● **WHAT YOU NEED TO DO**:
Whenever a line below holds the word "Locations", copy that line.

______

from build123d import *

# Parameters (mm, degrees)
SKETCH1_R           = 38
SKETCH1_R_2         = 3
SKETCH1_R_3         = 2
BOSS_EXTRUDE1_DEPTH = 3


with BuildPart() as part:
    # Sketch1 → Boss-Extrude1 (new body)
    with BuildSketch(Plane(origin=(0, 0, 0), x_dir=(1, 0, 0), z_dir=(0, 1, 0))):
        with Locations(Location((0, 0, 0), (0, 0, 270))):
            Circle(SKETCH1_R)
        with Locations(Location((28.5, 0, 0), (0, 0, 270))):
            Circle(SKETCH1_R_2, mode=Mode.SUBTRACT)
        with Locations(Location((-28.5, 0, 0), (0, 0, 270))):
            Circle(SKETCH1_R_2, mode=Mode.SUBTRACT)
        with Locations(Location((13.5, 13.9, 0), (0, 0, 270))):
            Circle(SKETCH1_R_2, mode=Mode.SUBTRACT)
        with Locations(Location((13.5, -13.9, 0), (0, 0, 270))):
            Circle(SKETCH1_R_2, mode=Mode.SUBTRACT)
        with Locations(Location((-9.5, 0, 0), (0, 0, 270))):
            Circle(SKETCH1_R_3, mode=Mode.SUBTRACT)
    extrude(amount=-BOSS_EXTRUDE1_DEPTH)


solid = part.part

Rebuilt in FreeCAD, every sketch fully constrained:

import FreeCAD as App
import Part
import Sketcher

V = App.Vector

doc = App.newDocument("Part")
body = doc.addObject("PartDesign::Body", "Body")

# Sketch on XZ plane
sketch1 = body.newObject("Sketcher::SketchObject", "Sketch")
sketch1.AttachmentSupport = (doc.getObject("XZ_Plane"), [""])
sketch1.MapMode = "FlatFace"
sketch1.addGeometry([
    Part.Circle(V(0, 0, 0), V(0, 0, 1), 38),  # 0
    Part.Circle(V(-28.5, 0, 0), V(0, 0, 1), 3),  # 1
    Part.Circle(V(-9.5, 0, 0), V(0, 0, 1), 2),  # 2
    Part.Circle(V(13.5, -13.9, 0), V(0, 0, 1), 3),  # 3
    Part.Circle(V(28.5, 0, 0), V(0, 0, 1), 3),  # 4
    Part.Circle(V(13.5, 13.9, 0), V(0, 0, 1), 3),  # 5
], False)
sketch1.addConstraint([
    Sketcher.Constraint("Coincident", 0, 3, -1, 1),
    Sketcher.Constraint("Equal", 1, 3),
    Sketcher.Constraint("Equal", 3, 4),
    Sketcher.Constraint("Equal", 4, 5),
    Sketcher.Constraint("Symmetric", 1, 3, 4, 3, -1, 1),
    Sketcher.Constraint("Symmetric", 3, 3, 5, 3, -1),
    Sketcher.Constraint("PointOnObject", 1, 3, -1),
    Sketcher.Constraint("PointOnObject", 2, 3, -1),
    Sketcher.Constraint("Diameter", 0, 76.0),
    Sketcher.Constraint("Diameter", 1, 6.0),
    Sketcher.Constraint("Diameter", 2, 4.0),
    Sketcher.Constraint("DistanceX", 1, 3, 2, 3, 19.0),
    Sketcher.Constraint("DistanceX", 2, 3, 3, 3, 23.0),
    Sketcher.Constraint("DistanceX", 3, 3, 4, 3, 15.0),
    Sketcher.Constraint("DistanceY", 3, 3, -1, 1, 13.9),
])
pad1 = body.newObject("PartDesign::Pad", "Pad")
pad1.Profile = sketch1
pad1.Length = 3

doc.recompute()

______

● **RESULT OF THIS TASK**:
        with Locations(Location((0, 0, 0), (0, 0, 270))):
        with Locations(Location((28.5, 0, 0), (0, 0, 270))):
        with Locations(Location((-28.5, 0, 0), (0, 0, 270))):
        with Locations(Location((13.5, 13.9, 0), (0, 0, 270))):
        with Locations(Location((13.5, -13.9, 0), (0, 0, 270))):
        with Locations(Location((-9.5, 0, 0), (0, 0, 270))):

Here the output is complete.